(Collected data entries)
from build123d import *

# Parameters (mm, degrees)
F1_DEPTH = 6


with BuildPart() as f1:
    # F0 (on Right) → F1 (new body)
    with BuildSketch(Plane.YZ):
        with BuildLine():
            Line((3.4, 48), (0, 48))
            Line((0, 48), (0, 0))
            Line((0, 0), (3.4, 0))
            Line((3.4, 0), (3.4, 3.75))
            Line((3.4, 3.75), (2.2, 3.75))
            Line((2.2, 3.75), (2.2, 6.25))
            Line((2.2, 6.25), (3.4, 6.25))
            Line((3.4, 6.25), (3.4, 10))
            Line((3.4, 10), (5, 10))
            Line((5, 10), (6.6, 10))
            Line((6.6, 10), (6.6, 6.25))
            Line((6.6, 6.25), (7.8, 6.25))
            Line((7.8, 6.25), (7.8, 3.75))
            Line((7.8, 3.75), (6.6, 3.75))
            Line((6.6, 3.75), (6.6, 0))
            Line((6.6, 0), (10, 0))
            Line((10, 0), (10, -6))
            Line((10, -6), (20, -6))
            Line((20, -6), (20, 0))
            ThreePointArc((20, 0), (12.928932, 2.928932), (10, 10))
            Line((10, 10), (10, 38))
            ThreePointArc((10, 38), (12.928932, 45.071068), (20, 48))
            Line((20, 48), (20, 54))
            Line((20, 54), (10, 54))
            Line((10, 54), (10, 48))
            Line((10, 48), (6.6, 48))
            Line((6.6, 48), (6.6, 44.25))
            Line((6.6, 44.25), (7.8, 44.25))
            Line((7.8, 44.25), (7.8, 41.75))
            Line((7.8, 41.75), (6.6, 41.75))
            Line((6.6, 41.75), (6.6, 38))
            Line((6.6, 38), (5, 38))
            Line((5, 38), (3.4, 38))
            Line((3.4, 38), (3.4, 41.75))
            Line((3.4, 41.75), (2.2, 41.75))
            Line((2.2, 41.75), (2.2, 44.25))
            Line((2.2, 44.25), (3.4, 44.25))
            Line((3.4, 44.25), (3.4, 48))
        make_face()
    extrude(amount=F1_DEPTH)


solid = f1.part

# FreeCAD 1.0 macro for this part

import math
import FreeCAD as App
import Part
import Sketcher

doc = App.newDocument("Part")
params = doc.addObject("Spreadsheet::Sheet", "Params")
for row, (alias, value) in enumerate([
    ("sketch1_radius", "9.999999 mm"),
    ("sketch1_height", "48 mm"),
    ("sketch1_height2", "6 mm"),
    ("sketch1_width", "3.4 mm"),
    ("sketch1_width2", "1.2 mm"),
    ("pad1_length", "6 mm"),
], start=1):
    params.set(f"A{row}", alias)
    params.set(f"B{row}", "=" + value)
    params.setAlias(f"B{row}", alias)

body = doc.addObject("PartDesign::Body", "Body")

# Sketch on YZ plane
sketch1 = body.newObject("Sketcher::SketchObject", "Sketch")
sketch1.AttachmentSupport = (doc.getObject("YZ_Plane"), [""])
sketch1.MapMode = "FlatFace"
sketch1.addGeometry([
    Part.LineSegment(App.Vector(3.4, 48, 0), App.Vector(0, 48, 0)),  # 0
    Part.LineSegment(App.Vector(0, 48, 0), App.Vector(0, 0, 0)),  # 1
    Part.LineSegment(App.Vector(0, 0, 0), App.Vector(3.4, 0, 0)),  # 2
    Part.LineSegment(App.Vector(3.4, 0, 0), App.Vector(3.4, 3.8, 0)),  # 3
    Part.LineSegment(App.Vector(3.4, 3.8, 0), App.Vector(2.2, 3.8, 0)),  # 4
    Part.LineSegment(App.Vector(2.2, 3.8, 0), App.Vector(2.2, 6.2, 0)),  # 5
    Part.LineSegment(App.Vector(2.2, 6.2, 0), App.Vector(3.4, 6.2, 0)),  # 6
    Part.LineSegment(App.Vector(3.4, 6.2, 0), App.Vector(3.4, 10, 0)),  # 7
    Part.LineSegment(App.Vector(3.4, 10, 0), App.Vector(6.6, 10, 0)),  # 8
    Part.LineSegment(App.Vector(6.6, 10, 0), App.Vector(6.6, 6.2, 0)),  # 9
    Part.LineSegment(App.Vector(6.6, 6.2, 0), App.Vector(7.8, 6.2, 0)),  # 10
    Part.LineSegment(App.Vector(7.8, 6.2, 0), App.Vector(7.8, 3.8, 0)),  # 11
    Part.LineSegment(App.Vector(7.8, 3.8, 0), App.Vector(6.6, 3.8, 0)),  # 12
    Part.LineSegment(App.Vector(6.6, 3.8, 0), App.Vector(6.6, 0, 0)),  # 13
    Part.LineSegment(App.Vector(6.6, 0, 0), App.Vector(10, 0, 0)),  # 14
    Part.LineSegment(App.Vector(10, 0, 0), App.Vector(10, -6, 0)),  # 15
    Part.LineSegment(App.Vector(10, -6, 0), App.Vector(20, -6, 0)),  # 16
    Part.LineSegment(App.Vector(20, -6, 0), App.Vector(20, 0, 0)),  # 17
    Part.ArcOfCircle(Part.Circle(App.Vector(20, 10, 0), App.Vector(0, 0, 1), 10), math.radians(180), math.radians(270)),  # 18
    Part.LineSegment(App.Vector(10, 10, 0), App.Vector(10, 38, 0)),  # 19
    Part.ArcOfCircle(Part.Circle(App.Vector(20, 38, 0), App.Vector(0, 0, 1), 10), math.radians(90), math.radians(180)),  # 20
    Part.LineSegment(App.Vector(20, 48, 0), App.Vector(20, 54, 0)),  # 21
    Part.LineSegment(App.Vector(20, 54, 0), App.Vector(10, 54, 0)),  # 22
    Part.LineSegment(App.Vector(10, 54, 0), App.Vector(10, 48, 0)),  # 23
    Part.LineSegment(App.Vector(10, 48, 0), App.Vector(6.6, 48, 0)),  # 24
    Part.LineSegment(App.Vector(6.6, 48, 0), App.Vector(6.6, 44.2, 0)),  # 25
    Part.LineSegment(App.Vector(6.6, 44.2, 0), App.Vector(7.8, 44.2, 0)),  # 26
    Part.LineSegment(App.Vector(7.8, 44.2, 0), App.Vector(7.8, 41.8, 0)),  # 27
    Part.LineSegment(App.Vector(7.8, 41.8, 0), App.Vector(6.6, 41.8, 0)),  # 28
    Part.LineSegment(App.Vector(6.6, 41.8, 0), App.Vector(6.6, 38, 0)),  # 29
    Part.LineSegment(App.Vector(6.6, 38, 0), App.Vector(3.4, 38, 0)),  # 30
    Part.LineSegment(App.Vector(3.4, 38, 0), App.Vector(3.4, 41.8, 0)),  # 31
    Part.LineSegment(App.Vector(3.4, 41.8, 0), App.Vector(2.2, 41.8, 0)),  # 32
    Part.LineSegment(App.Vector(2.2, 41.8, 0), App.Vector(2.2, 44.2, 0)),  # 33
    Part.LineSegment(App.Vector(2.2, 44.2, 0), App.Vector(3.4, 44.2, 0)),  # 34
    Part.LineSegment(App.Vector(3.4, 44.2, 0), App.Vector(3.4, 48, 0)),  # 35
], False)
sketch1.addConstraint([
    Sketcher.Constraint("Coincident", 0, 2, 1, 1),
    Sketcher.Constraint("Coincident", 1, 2, 2, 1),
    Sketcher.Constraint("Coincident", 2, 2, 3, 1),
    Sketcher.Constraint("Coincident", 3, 2, 4, 1),
    Sketcher.Constraint("Coincident", 4, 2, 5, 1),
    Sketcher.Constraint("Coincident", 5, 2, 6, 1),
    Sketcher.Constraint("Coincident", 6, 2, 7, 1),
    Sketcher.Constraint("Coincident", 7, 2, 8, 1),
    Sketcher.Constraint("Coincident", 8, 2, 9, 1),
    Sketcher.Constraint("Coincident", 9, 2, 10, 1),
    Sketcher.Constraint("Coincident", 10, 2, 11, 1),
    Sketcher.Constraint("Coincident", 11, 2, 12, 1),
    Sketcher.Constraint("Coincident", 12, 2, 13, 1),
    Sketcher.Constraint("Coincident", 13, 2, 14, 1),
    Sketcher.Constraint("Coincident", 14, 2, 15, 1),
    Sketcher.Constraint("Coincident", 15, 2, 16, 1),
    Sketcher.Constraint("Coincident", 16, 2, 17, 1),
    Sketcher.Constraint("Coincident", 17, 2, 18, 2),
    Sketcher.Constraint("Tangent", 18, 1, 19, 1),
    Sketcher.Constraint("Tangent", 19, 2, 20, 2),
    Sketcher.Constraint("Coincident", 20, 1, 21, 1),
    Sketcher.Constraint("Coincident", 21, 2, 22, 1),
    Sketcher.Constraint("Coincident", 22, 2, 23, 1),
    Sketcher.Constraint("Coincident", 23, 2, 24, 1),
    Sketcher.Constraint("Coincident", 24, 2, 25, 1),
    Sketcher.Constraint("Coincident", 25, 2, 26, 1),
    Sketcher.Constraint("Coincident", 26, 2, 27, 1),
    Sketcher.Constraint("Coincident", 27, 2, 28, 1),
    Sketcher.Constraint("Coincident", 28, 2, 29, 1),
    Sketcher.Constraint("Coincident", 29, 2, 30, 1),
    Sketcher.Constraint("Coincident", 30, 2, 31, 1),
    Sketcher.Constraint("Coincident", 31, 2, 32, 1),
    Sketcher.Constraint("Coincident", 32, 2, 33, 1),
    Sketcher.Constraint("Coincident", 33, 2, 34, 1),
    Sketcher.Constraint("Coincident", 34, 2, 35, 1),
    Sketcher.Constraint("Coincident", 35, 2, 0, 1),
    Sketcher.Constraint("Horizontal", 0),
    Sketcher.Constraint("Vertical", 1),
    Sketcher.Constraint("Horizontal", 2),
    Sketcher.Constraint("Vertical", 3),
    Sketcher.Constraint("Horizontal", 4),
    Sketcher.Constraint("Vertical", 5),
    Sketcher.Constraint("Horizontal", 6),
    Sketcher.Constraint("Vertical", 7),
    Sketcher.Constraint("Horizontal", 8),
    Sketcher.Constraint("Vertical", 9),
    Sketcher.Constraint("Horizontal", 10),
    Sketcher.Constraint("Vertical", 11),
    Sketcher.Constraint("Horizontal", 12),
    Sketcher.Constraint("Vertical", 13),
    Sketcher.Constraint("Horizontal", 14),
    Sketcher.Constraint("Vertical", 15),
    Sketcher.Constraint("Horizontal", 16),
    Sketcher.Constraint("Vertical", 17),
    Sketcher.Constraint("Vertical", 19),
    Sketcher.Constraint("Vertical", 21),
    Sketcher.Constraint("Horizontal", 22),
    Sketcher.Constraint("Vertical", 23),
    Sketcher.Constraint("Horizontal", 24),
    Sketcher.Constraint("Vertical", 25),
    Sketcher.Constraint("Horizontal", 26),
    Sketcher.Constraint("Vertical", 27),
    Sketcher.Constraint("Horizontal", 28),
    Sketcher.Constraint("Vertical", 29),
    Sketcher.Constraint("Horizontal", 30),
    Sketcher.Constraint("Vertical", 31),
    Sketcher.Constraint("Horizontal", 32),
    Sketcher.Constraint("Vertical", 33),
    Sketcher.Constraint("Horizontal", 34),
    Sketcher.Constraint("Vertical", 35),
    Sketcher.Constraint("Coincident", 1, 2, -1, 1),
    Sketcher.Constraint("Equal", 18, 20),
    Sketcher.Constraint("PointOnObject", 13, 2, -1),
    Sketcher.Constraint("PointOnObject", 17, 2, -1),
    Sketcher.Constraint("Horizontal", 18, 3, 7, 2),
    Sketcher.Constraint("Horizontal", 6, 2, 9, 2),
    Sketcher.Constraint("Horizontal", 4, 2, 11, 2),
    Sketcher.Constraint("Horizontal", 0, 2, 20, 1),
    Sketcher.Constraint("Horizontal", 20, 1, 23, 2),
    Sketcher.Constraint("Horizontal", 19, 2, 29, 2),
    Sketcher.Constraint("Horizontal", 28, 2, 31, 2),
    Sketcher.Constraint("Horizontal", 26, 2, 33, 2),
    Sketcher.Constraint("Vertical", 3, 2, 6, 2),
    Sketcher.Constraint("Vertical", 9, 2, 12, 2),
    Sketcher.Constraint("Vertical", 20, 3, 16, 2),
    Sketcher.Constraint("Vertical", 15, 2, 18, 1),
    Sketcher.Constraint("Vertical", 17, 2, 20, 1),
    Sketcher.Constraint("Vertical", 19, 2, 22, 2),
    Sketcher.Constraint("Vertical", 13, 2, 24, 2),
    Sketcher.Constraint("Vertical", 11, 2, 26, 2),
    Sketcher.Constraint("Vertical", 25, 2, 28, 2),
    Sketcher.Constraint("Vertical", 7, 2, 30, 2),
    Sketcher.Constraint("Vertical", 5, 2, 32, 2),
    Sketcher.Constraint("Vertical", 31, 2, 34, 2),
    Sketcher.Constraint("Equal", 6, 10),
    Sketcher.Constraint("Equal", 2, 14),
    Sketcher.Constraint("Equal", 3, 7),
    Sketcher.Constraint("Equal", 17, 21),
    Sketcher.Constraint("Equal", 13, 25),
    Sketcher.Constraint("Equal", 11, 27),
    Sketcher.Constraint("Radius", 18, 9.999999),
    Sketcher.Constraint("DistanceY", 1, 2, 1, 1, 48.0),
    Sketcher.Constraint("DistanceY", 15, 2, 15, 1, 6.0),
    Sketcher.Constraint("DistanceX", 0, 2, 0, 1, 3.4),
    Sketcher.Constraint("DistanceX", 4, 2, 4, 1, 1.2),
    Sketcher.Constraint("DistanceX", 8, 1, 8, 2, 3.2),
    Sketcher.Constraint("DistanceY", 5, 1, 5, 2, 2.5),
])
sketch1.setExpression("Constraints[100]", "Params.sketch1_radius")
sketch1.setExpression("Constraints[101]", "Params.sketch1_height")
sketch1.setExpression("Constraints[102]", "Params.sketch1_height2")
sketch1.setExpression("Constraints[103]", "Params.sketch1_width")
sketch1.setExpression("Constraints[104]", "Params.sketch1_width2")
pad1 = body.newObject("PartDesign::Pad", "Pad")
pad1.Profile = sketch1
pad1.setExpression("Length", "Params.pad1_length")

doc.recompute()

■ ABOUT THIS EXERCISE:
Which lines in the data above contain "ThreePointArc"? Show each one.

■ FINISHED EXERCISE:
            ThreePointArc((20, 0), (12.928932, 2.928932), (10, 10))
            ThreePointArc((10, 38), (12.928932, 45.071068), (20, 48))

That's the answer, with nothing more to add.